What you are asked to do »
What appears from the first line of the records below through the line containing "v -6.725 2.5 -0.895" must be reproduced verbatim.

Saved data entries:
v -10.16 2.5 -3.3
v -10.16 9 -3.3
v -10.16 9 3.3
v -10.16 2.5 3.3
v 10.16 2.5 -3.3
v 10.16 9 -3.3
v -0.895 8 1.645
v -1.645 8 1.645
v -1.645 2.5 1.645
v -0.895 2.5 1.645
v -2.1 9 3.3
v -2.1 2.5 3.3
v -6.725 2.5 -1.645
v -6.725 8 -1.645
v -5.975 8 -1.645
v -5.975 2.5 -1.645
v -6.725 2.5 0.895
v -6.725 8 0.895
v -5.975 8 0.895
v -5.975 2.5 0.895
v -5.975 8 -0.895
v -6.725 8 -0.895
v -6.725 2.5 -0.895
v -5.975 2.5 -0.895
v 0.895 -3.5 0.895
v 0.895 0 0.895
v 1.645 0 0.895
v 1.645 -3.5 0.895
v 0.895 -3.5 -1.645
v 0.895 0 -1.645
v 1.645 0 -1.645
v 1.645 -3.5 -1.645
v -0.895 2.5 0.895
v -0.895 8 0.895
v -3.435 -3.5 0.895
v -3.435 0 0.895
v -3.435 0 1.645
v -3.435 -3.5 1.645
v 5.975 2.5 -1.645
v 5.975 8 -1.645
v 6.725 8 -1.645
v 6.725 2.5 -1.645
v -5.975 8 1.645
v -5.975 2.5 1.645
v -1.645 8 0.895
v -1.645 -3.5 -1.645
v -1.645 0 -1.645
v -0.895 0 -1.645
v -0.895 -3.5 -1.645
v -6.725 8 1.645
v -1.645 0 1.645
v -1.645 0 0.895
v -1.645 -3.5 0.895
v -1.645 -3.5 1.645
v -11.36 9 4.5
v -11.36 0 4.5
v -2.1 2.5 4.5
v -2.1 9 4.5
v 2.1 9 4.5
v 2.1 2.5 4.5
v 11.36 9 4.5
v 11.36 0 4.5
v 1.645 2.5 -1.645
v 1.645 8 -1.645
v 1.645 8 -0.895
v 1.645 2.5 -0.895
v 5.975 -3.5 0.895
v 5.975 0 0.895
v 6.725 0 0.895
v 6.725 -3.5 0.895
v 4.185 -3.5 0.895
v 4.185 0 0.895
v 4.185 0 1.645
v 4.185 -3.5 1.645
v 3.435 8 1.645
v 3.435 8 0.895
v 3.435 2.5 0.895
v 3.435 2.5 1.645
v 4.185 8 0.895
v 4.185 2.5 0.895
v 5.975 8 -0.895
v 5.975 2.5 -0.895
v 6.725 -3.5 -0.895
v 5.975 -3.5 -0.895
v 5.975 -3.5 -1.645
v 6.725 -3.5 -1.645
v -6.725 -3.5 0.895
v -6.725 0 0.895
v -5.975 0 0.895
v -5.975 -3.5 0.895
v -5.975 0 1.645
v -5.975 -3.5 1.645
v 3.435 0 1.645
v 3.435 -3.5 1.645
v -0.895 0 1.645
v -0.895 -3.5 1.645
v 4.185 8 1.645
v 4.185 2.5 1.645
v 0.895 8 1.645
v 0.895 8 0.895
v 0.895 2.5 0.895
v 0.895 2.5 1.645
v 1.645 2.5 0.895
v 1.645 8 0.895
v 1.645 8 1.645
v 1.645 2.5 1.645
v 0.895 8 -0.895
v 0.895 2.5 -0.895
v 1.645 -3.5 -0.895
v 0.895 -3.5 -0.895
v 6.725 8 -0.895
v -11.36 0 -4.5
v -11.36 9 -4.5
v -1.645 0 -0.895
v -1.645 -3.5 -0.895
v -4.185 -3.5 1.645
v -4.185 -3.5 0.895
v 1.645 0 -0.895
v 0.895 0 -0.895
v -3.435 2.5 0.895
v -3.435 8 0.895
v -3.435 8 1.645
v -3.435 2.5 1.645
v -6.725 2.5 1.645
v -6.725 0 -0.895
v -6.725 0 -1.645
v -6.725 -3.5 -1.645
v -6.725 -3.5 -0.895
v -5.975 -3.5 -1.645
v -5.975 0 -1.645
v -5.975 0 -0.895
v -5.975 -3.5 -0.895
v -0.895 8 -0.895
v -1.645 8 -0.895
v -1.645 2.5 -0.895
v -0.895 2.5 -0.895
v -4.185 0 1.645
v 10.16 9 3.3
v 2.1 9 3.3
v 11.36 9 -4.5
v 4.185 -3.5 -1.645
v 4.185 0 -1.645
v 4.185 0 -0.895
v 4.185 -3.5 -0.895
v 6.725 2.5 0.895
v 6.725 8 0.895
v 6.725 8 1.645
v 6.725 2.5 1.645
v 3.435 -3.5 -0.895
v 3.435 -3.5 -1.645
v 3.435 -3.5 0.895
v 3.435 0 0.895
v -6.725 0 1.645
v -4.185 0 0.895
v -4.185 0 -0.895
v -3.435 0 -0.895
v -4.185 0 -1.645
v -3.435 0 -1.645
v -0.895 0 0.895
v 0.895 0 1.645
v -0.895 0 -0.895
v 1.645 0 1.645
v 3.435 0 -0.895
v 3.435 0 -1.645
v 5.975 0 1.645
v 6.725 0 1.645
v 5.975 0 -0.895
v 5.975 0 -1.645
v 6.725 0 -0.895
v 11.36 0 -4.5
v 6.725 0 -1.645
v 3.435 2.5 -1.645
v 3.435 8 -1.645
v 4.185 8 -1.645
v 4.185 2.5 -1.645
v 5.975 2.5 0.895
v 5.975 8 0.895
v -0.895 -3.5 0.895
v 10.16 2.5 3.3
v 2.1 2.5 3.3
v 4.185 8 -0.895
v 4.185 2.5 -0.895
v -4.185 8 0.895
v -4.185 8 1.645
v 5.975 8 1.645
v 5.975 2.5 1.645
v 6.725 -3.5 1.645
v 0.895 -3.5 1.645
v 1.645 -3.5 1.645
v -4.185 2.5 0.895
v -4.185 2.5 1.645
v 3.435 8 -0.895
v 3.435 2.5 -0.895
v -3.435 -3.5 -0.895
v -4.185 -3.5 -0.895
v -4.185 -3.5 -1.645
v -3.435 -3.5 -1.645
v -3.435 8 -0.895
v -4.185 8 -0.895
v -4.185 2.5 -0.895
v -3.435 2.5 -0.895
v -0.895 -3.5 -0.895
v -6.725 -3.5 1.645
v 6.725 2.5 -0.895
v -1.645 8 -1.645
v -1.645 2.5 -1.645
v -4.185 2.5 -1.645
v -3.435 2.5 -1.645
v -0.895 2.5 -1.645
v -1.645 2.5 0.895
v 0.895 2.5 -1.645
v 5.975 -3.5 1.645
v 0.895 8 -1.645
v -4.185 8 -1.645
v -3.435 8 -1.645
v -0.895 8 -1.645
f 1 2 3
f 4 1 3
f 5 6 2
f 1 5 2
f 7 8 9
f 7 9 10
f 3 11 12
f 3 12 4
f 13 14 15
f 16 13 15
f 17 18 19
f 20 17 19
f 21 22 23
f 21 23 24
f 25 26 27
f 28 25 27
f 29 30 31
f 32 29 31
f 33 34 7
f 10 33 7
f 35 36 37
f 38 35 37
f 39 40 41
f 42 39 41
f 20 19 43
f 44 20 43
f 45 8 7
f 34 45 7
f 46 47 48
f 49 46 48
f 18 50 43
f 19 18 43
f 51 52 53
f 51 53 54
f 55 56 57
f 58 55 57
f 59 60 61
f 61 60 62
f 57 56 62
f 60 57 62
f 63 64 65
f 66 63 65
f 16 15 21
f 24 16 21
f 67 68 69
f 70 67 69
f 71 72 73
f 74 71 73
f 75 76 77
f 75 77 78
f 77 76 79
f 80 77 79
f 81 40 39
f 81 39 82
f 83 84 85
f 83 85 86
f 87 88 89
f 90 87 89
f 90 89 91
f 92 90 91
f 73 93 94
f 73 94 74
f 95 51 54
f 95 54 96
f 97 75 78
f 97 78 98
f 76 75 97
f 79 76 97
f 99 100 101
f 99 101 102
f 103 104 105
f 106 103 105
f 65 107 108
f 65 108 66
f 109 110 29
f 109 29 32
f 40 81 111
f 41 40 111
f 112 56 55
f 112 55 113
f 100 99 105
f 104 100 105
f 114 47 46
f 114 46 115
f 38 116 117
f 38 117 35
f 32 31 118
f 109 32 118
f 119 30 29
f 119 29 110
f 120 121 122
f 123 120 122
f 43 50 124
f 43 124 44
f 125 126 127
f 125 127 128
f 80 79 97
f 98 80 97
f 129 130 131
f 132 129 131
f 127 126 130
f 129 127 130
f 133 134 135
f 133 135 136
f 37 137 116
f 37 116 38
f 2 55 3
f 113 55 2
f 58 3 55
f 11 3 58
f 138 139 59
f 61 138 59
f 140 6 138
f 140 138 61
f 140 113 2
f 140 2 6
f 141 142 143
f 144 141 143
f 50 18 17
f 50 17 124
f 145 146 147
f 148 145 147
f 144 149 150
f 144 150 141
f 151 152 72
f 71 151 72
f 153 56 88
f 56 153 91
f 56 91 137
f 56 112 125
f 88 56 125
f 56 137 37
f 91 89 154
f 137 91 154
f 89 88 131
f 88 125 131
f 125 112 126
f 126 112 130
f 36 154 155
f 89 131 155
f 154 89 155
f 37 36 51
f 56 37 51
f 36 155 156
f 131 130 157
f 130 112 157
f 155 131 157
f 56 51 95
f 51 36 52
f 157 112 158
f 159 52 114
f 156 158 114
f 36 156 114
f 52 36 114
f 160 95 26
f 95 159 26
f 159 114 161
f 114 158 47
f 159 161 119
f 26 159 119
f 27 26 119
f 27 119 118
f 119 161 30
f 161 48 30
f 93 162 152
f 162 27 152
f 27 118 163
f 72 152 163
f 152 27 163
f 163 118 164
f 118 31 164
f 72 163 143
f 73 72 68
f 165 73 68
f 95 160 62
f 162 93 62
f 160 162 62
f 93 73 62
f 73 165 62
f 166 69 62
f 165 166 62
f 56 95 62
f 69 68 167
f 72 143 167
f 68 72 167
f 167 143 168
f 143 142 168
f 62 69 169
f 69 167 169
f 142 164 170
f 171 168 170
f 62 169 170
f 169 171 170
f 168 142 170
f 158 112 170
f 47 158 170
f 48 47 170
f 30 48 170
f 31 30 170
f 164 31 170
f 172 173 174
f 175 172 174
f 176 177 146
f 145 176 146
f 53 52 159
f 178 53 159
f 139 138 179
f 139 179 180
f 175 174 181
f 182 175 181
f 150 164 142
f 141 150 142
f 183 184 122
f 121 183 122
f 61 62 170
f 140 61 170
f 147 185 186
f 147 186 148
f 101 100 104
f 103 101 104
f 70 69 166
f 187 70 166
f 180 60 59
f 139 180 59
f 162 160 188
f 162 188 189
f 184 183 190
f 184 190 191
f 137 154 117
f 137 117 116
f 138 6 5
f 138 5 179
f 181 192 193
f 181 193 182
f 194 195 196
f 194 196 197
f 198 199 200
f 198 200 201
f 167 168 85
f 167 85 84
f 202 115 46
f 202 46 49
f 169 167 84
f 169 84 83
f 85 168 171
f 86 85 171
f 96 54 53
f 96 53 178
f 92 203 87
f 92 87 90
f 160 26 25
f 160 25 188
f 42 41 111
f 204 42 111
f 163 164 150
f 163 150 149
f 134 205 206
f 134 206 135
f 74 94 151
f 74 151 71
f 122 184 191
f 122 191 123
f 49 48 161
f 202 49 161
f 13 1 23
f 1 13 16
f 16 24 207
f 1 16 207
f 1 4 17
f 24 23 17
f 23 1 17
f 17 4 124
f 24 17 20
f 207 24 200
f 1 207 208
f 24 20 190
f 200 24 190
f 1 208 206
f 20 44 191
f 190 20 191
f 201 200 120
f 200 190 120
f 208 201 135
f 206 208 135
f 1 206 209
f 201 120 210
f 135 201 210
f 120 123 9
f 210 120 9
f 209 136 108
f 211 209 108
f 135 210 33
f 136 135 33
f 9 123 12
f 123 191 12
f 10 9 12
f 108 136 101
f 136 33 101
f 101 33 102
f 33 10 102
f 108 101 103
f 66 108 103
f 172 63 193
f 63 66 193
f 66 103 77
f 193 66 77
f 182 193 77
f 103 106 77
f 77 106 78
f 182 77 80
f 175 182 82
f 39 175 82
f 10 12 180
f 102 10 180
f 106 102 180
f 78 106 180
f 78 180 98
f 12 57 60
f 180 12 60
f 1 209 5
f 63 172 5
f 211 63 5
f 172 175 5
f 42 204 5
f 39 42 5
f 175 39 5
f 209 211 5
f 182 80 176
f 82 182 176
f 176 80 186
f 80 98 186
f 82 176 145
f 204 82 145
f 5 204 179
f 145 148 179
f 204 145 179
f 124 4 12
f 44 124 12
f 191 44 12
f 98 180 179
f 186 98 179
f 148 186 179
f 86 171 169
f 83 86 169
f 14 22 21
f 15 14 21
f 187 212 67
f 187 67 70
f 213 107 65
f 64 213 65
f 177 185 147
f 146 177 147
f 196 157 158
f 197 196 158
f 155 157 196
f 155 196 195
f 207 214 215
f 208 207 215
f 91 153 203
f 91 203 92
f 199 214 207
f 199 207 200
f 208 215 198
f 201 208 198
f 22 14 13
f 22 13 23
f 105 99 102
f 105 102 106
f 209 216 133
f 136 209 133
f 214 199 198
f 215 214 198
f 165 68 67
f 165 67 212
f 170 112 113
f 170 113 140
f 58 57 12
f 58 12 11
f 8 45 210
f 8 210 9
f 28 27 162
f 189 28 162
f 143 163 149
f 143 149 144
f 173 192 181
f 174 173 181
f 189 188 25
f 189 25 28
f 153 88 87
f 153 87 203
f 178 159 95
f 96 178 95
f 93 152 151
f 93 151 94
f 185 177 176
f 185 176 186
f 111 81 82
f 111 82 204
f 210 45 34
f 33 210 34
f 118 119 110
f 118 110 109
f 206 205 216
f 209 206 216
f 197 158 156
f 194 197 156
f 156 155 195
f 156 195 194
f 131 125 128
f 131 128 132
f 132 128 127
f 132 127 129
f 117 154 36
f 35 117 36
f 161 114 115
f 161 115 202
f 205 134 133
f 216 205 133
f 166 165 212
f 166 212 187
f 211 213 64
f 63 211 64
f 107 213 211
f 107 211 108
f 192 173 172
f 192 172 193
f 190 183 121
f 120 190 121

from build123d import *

# Parameters (mm, degrees)
SKETCH_1_W           = 22.72
SKETCH_1_H           = 9
EXTRUDE_1_DEPTH      = 9
SKETCH_2_W           = 20.32
SKETCH_2_H           = 6.6
CUT_EXTRUDE_1_DEPTH  = 6.5
SKETCH_3_W           = 4.2
SKETCH_3_H           = 6.5
CUT_EXTRUDE_2_DEPTH  = 6.5
EXTRUDE_2_DEPTH      = 3.5
EXTRUDE_2_DEPTH_BACK = 8
SKETCH_5_W           = 0.75
SKETCH_5_H           = 0.75


with BuildPart() as part:
    # 草图1 → 拉伸1 (new body)
    with BuildSketch(Plane(origin=(0, 0, 0), x_dir=(1, 0, 0), z_dir=(0, 1, 0))):
        Rectangle(SKETCH_1_W, SKETCH_1_H)
    extrude(amount=EXTRUDE_1_DEPTH)

    # 草图2 → 切除-拉伸1 (cut)
    with BuildSketch(Plane(origin=(0, 9, 0), x_dir=(-1, 0, 0), z_dir=(0, 1, 0))):
        Rectangle(SKETCH_2_W, SKETCH_2_H)
    extrude(amount=-CUT_EXTRUDE_1_DEPTH, mode=Mode.SUBTRACT)

    # 草图3 → 切除-拉伸2 (cut)
    with BuildSketch(Plane.XY.offset(4.5)):
        with Locations((0, 5.75)):
            Rectangle(SKETCH_3_W, SKETCH_3_H)
    extrude(amount=-CUT_EXTRUDE_2_DEPTH, mode=Mode.SUBTRACT)

    # 草图5 → 拉伸2 (add, two sides: drawn at the far end of the back side and taken through both)
    with BuildSketch(Plane.XZ.offset(-EXTRUDE_2_DEPTH_BACK)):
        with Locations((-1.27, 1.27)):
            Rectangle(SKETCH_5_W, SKETCH_5_H)
        with Locations((-3.81, 1.27)):
            Rectangle(SKETCH_5_W, SKETCH_5_H)
        with Locations((-6.35, 1.27)):
            Rectangle(SKETCH_5_W, SKETCH_5_H)
        with Locations((-6.35, -1.27)):
            Rectangle(SKETCH_5_W, SKETCH_5_H)
        with Locations((-3.81, -1.27)):
            Rectangle(SKETCH_5_W, SKETCH_5_H)
        with Locations((-1.27, -1.27)):
            Rectangle(SKETCH_5_W, SKETCH_5_H)
        with Locations((1.27, -1.27)):
            Rectangle(SKETCH_5_W, SKETCH_5_H)
        with Locations((3.81, -1.27)):
            Rectangle(SKETCH_5_W, SKETCH_5_H)
        with Locations((6.35, -1.27)):
            Rectangle(SKETCH_5_W, SKETCH_5_H)
        with Locations((6.35, 1.27)):
            Rectangle(SKETCH_5_W, SKETCH_5_H)
        with Locations((3.81, 1.27)):
            Rectangle(SKETCH_5_W, SKETCH_5_H)
        with Locations((1.27, 1.27)):
            Rectangle(SKETCH_5_W, SKETCH_5_H)
    extrude(amount=EXTRUDE_2_DEPTH + EXTRUDE_2_DEPTH_BACK)


solid = part.part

Task solution »
v -10.16 2.5 -3.3
v -10.16 9 -3.3
v -10.16 9 3.3
v -10.16 2.5 3.3
v 10.16 2.5 -3.3
v 10.16 9 -3.3
v -0.895 8 1.645
v -1.645 8 1.645
v -1.645 2.5 1.645
v -0.895 2.5 1.645
v -2.1 9 3.3
v -2.1 2.5 3.3
v -6.725 2.5 -1.645
v -6.725 8 -1.645
v -5.975 8 -1.645
v -5.975 2.5 -1.645
v -6.725 2.5 0.895
v -6.725 8 0.895
v -5.975 8 0.895
v -5.975 2.5 0.895
v -5.975 8 -0.895
v -6.725 8 -0.895
v -6.725 2.5 -0.895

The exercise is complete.